• _GIVEN RECORDS_:
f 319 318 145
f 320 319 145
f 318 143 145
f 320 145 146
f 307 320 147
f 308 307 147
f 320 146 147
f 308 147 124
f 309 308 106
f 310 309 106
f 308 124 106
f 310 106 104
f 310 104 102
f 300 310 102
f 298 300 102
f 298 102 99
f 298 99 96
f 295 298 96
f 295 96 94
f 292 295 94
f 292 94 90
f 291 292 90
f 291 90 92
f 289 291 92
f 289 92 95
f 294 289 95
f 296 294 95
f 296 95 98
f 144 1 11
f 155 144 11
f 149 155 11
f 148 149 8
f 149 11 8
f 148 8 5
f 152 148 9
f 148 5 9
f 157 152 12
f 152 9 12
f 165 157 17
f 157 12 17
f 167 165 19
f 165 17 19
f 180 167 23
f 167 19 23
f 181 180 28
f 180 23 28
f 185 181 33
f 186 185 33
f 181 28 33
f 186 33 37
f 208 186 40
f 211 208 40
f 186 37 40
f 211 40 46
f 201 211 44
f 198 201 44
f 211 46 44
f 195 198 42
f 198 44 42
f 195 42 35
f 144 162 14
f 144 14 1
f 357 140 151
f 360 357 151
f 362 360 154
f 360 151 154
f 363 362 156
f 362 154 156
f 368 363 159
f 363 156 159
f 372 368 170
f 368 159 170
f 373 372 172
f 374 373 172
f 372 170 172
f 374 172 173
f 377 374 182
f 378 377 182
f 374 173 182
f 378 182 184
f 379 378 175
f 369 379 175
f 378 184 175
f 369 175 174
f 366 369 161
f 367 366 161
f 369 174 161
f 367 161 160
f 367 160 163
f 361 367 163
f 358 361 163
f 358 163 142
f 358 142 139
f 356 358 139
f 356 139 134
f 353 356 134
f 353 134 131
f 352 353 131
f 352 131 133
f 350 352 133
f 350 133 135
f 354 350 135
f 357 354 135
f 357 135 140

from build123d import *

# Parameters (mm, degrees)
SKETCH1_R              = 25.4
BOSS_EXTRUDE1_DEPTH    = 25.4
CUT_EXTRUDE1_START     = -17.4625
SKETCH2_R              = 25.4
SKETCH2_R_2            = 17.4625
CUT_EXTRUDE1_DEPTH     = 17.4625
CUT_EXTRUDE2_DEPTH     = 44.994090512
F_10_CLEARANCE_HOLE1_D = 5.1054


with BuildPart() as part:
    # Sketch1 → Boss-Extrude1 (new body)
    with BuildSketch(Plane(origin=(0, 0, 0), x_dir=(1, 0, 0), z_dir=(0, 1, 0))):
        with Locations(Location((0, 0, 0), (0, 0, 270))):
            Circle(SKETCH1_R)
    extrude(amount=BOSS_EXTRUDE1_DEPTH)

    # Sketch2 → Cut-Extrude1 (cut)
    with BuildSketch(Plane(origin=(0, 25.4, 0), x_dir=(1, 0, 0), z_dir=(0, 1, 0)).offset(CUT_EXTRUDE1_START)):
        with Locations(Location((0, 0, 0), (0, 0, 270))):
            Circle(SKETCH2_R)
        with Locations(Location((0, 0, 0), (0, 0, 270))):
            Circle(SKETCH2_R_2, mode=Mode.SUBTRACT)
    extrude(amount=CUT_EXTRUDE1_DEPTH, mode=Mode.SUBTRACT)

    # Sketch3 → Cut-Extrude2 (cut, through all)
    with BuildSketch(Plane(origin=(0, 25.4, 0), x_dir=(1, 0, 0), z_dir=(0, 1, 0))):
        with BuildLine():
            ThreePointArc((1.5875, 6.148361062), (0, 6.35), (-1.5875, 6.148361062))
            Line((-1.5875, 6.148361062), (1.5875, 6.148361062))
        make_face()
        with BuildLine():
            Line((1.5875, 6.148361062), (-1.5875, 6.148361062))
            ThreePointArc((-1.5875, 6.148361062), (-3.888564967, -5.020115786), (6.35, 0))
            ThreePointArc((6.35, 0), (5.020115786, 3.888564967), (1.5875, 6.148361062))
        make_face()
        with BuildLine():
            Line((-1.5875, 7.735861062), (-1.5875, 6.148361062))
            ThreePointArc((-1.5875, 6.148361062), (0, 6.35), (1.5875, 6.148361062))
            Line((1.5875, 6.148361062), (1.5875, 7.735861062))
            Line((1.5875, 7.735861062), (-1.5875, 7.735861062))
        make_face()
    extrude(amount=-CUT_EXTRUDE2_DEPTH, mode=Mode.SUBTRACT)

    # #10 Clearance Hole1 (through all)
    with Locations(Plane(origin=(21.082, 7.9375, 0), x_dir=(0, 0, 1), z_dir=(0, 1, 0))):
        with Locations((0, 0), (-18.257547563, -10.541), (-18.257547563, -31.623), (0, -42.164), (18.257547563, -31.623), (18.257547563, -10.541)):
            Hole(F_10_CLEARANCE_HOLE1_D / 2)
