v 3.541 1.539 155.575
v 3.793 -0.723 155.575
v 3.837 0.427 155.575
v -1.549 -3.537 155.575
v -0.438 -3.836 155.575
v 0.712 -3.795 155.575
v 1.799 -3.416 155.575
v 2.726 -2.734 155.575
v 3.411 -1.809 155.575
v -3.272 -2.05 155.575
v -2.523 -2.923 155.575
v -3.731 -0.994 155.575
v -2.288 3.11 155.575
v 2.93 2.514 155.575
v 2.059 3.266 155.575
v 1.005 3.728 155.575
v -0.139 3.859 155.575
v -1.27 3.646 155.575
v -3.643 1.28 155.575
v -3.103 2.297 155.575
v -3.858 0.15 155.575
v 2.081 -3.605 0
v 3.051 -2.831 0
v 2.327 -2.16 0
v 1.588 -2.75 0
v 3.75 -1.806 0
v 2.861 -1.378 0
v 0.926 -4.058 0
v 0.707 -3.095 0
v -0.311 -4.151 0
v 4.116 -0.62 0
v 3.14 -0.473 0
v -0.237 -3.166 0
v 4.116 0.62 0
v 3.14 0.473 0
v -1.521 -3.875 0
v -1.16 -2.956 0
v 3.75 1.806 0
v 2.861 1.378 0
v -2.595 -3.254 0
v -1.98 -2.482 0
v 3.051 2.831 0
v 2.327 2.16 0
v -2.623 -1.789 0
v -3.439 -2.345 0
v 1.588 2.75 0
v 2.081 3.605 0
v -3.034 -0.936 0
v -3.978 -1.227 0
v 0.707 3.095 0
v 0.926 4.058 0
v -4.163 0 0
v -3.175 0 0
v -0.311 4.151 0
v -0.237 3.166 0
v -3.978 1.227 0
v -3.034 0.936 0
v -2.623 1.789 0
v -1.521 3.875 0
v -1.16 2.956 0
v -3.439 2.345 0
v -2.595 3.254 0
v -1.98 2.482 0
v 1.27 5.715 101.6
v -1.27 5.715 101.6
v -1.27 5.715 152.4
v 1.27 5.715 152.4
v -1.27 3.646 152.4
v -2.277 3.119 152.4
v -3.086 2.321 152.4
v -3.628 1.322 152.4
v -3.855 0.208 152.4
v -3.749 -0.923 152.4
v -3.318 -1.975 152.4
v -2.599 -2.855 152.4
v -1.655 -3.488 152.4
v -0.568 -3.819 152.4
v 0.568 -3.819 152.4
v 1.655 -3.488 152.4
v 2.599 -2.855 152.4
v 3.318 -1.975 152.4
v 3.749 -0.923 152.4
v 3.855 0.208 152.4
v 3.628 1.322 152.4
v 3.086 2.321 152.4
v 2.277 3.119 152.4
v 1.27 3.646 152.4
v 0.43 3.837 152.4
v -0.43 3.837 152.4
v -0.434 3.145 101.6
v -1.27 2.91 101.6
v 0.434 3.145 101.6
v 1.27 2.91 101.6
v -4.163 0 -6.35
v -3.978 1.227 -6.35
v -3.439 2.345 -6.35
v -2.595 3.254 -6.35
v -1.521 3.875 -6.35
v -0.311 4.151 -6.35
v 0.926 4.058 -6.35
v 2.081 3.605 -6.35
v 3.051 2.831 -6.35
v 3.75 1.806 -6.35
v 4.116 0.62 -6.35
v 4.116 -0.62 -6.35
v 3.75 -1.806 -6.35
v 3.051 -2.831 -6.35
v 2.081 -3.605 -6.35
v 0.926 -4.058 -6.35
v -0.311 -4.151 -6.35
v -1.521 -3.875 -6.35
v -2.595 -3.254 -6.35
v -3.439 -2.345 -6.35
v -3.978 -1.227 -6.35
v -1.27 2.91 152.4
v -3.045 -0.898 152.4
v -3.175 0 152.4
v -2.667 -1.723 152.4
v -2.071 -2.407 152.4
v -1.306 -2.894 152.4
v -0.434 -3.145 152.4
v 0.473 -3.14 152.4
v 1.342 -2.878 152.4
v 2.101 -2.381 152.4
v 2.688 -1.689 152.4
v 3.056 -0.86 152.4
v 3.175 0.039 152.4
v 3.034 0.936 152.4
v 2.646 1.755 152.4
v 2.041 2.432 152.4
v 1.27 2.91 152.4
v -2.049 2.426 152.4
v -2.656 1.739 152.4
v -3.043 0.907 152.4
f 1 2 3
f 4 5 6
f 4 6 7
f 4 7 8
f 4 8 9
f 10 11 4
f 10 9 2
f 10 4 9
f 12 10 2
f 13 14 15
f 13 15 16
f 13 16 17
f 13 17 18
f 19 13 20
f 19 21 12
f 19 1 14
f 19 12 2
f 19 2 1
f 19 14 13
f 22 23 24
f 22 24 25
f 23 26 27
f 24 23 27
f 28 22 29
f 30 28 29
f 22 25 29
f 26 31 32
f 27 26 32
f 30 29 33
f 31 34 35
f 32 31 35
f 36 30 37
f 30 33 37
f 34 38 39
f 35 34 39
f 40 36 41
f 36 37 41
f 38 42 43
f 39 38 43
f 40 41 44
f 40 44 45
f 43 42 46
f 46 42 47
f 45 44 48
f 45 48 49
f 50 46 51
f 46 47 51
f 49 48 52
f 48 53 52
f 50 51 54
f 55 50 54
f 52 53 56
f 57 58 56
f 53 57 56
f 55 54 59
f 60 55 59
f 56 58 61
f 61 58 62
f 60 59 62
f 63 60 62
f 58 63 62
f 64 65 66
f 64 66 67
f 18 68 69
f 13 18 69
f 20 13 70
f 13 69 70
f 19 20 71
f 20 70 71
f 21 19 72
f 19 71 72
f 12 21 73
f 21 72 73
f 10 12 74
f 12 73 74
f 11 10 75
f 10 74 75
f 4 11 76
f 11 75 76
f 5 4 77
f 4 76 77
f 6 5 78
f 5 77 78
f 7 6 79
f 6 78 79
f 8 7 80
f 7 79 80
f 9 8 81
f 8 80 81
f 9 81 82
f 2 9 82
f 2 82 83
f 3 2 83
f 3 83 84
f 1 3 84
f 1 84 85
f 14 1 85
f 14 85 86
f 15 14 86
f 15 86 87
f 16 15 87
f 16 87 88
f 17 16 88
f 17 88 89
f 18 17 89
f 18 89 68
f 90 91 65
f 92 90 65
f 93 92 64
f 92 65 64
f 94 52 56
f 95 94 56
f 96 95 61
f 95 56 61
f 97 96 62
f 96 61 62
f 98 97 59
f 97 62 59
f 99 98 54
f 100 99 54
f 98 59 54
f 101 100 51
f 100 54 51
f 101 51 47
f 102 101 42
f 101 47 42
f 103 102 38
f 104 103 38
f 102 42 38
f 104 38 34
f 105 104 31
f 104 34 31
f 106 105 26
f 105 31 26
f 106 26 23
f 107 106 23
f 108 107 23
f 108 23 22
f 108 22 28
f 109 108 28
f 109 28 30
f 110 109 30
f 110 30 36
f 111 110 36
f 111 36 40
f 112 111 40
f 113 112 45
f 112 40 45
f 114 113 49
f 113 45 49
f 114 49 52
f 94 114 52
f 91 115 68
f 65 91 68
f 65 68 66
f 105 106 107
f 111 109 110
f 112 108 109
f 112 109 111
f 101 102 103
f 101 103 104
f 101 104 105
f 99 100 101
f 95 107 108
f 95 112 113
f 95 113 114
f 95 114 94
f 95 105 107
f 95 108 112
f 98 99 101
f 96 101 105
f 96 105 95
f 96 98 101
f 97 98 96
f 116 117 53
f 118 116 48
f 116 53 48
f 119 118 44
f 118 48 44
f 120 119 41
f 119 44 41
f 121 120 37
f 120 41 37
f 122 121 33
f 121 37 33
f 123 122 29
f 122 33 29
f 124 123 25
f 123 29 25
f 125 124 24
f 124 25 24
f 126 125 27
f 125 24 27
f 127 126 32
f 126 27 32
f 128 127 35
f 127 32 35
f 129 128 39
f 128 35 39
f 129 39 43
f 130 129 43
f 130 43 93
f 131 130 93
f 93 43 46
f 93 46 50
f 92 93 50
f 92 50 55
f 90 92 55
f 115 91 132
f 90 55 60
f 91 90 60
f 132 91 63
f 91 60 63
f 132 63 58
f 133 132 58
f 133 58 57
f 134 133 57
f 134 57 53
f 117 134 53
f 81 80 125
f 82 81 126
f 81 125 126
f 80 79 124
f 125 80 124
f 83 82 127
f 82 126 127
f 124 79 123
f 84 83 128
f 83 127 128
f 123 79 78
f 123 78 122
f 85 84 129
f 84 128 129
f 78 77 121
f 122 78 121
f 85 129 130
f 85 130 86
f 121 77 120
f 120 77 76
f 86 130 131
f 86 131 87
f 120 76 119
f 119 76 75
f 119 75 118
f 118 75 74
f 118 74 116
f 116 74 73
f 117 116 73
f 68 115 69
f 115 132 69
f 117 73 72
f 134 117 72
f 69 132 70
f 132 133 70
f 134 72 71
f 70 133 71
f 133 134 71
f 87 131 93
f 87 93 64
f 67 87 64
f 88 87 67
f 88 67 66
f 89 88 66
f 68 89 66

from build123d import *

# Parameters (mm, degrees)
SKETCH1_R           = 3.175
BOSS_EXTRUDE1_DEPTH = 152.4
SKETCH2_W           = 2.54
SKETCH2_H           = 5.08
BOSS_EXTRUDE4_DEPTH = 50.8
SKETCH3_R           = 4.162568093
BOSS_EXTRUDE5_DEPTH = 6.35
SKETCH4_R           = 3.861049132
BOSS_EXTRUDE6_DEPTH = 3.175


with BuildPart() as part:
    # Sketch1 → Boss-Extrude1 (new body)
    with BuildSketch(Plane.XY):
        with Locations(Location((0, 0, 0), (0, 0, 180))):
            Circle(SKETCH1_R)
    extrude(amount=BOSS_EXTRUDE1_DEPTH)

    # Sketch2 → Boss-Extrude4 (add)
    with BuildSketch(Plane.XY.offset(152.4)):
        with Locations((0, 3.175)):
            Rectangle(SKETCH2_W, SKETCH2_H)
    extrude(amount=-BOSS_EXTRUDE4_DEPTH)

    # Sketch3 → Boss-Extrude5 (add)
    with BuildSketch(Plane(origin=(0, 0, 0), x_dir=(-1, 0, 0), z_dir=(0, 0, -1))):
        Circle(SKETCH3_R)
    extrude(amount=BOSS_EXTRUDE5_DEPTH)

    # Sketch4 → Boss-Extrude6 (add)
    with BuildSketch(Plane.XY.offset(152.4)):
        with Locations(Location((0, 0, 0), (0, 0, 109.203609726))):
            Circle(SKETCH4_R)
    extrude(amount=BOSS_EXTRUDE6_DEPTH)


solid = part.part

• _ABOUT THIS TASK_: Return only the lines spanning from the first line of the material through the line with "f 367 161 160", copied exactly, both ends kept.

• _RESPONSE TO THE TASK_:
f 319 318 145
f 320 319 145
f 318 143 145
f 320 145 146
f 307 320 147
f 308 307 147
f 320 146 147
f 308 147 124
f 309 308 106
f 310 309 106
f 308 124 106
f 310 106 104
f 310 104 102
f 300 310 102
f 298 300 102
f 298 102 99
f 298 99 96
f 295 298 96
f 295 96 94
f 292 295 94
f 292 94 90
f 291 292 90
f 291 90 92
f 289 291 92
f 289 92 95
f 294 289 95
f 296 294 95
f 296 95 98
f 144 1 11
f 155 144 11
f 149 155 11
f 148 149 8
f 149 11 8
f 148 8 5
f 152 148 9
f 148 5 9
f 157 152 12
f 152 9 12
f 165 157 17
f 157 12 17
f 167 165 19
f 165 17 19
f 180 167 23
f 167 19 23
f 181 180 28
f 180 23 28
f 185 181 33
f 186 185 33
f 181 28 33
f 186 33 37
f 208 186 40
f 211 208 40
f 186 37 40
f 211 40 46
f 201 211 44
f 198 201 44
f 211 46 44
f 195 198 42
f 198 44 42
f 195 42 35
f 144 162 14
f 144 14 1
f 357 140 151
f 360 357 151
f 362 360 154
f 360 151 154
f 363 362 156
f 362 154 156
f 368 363 159
f 363 156 159
f 372 368 170
f 368 159 170
f 373 372 172
f 374 373 172
f 372 170 172
f 374 172 173
f 377 374 182
f 378 377 182
f 374 173 182
f 378 182 184
f 379 378 175
f 369 379 175
f 378 184 175
f 369 175 174
f 366 369 161
f 367 366 161
f 369 174 161
f 367 161 160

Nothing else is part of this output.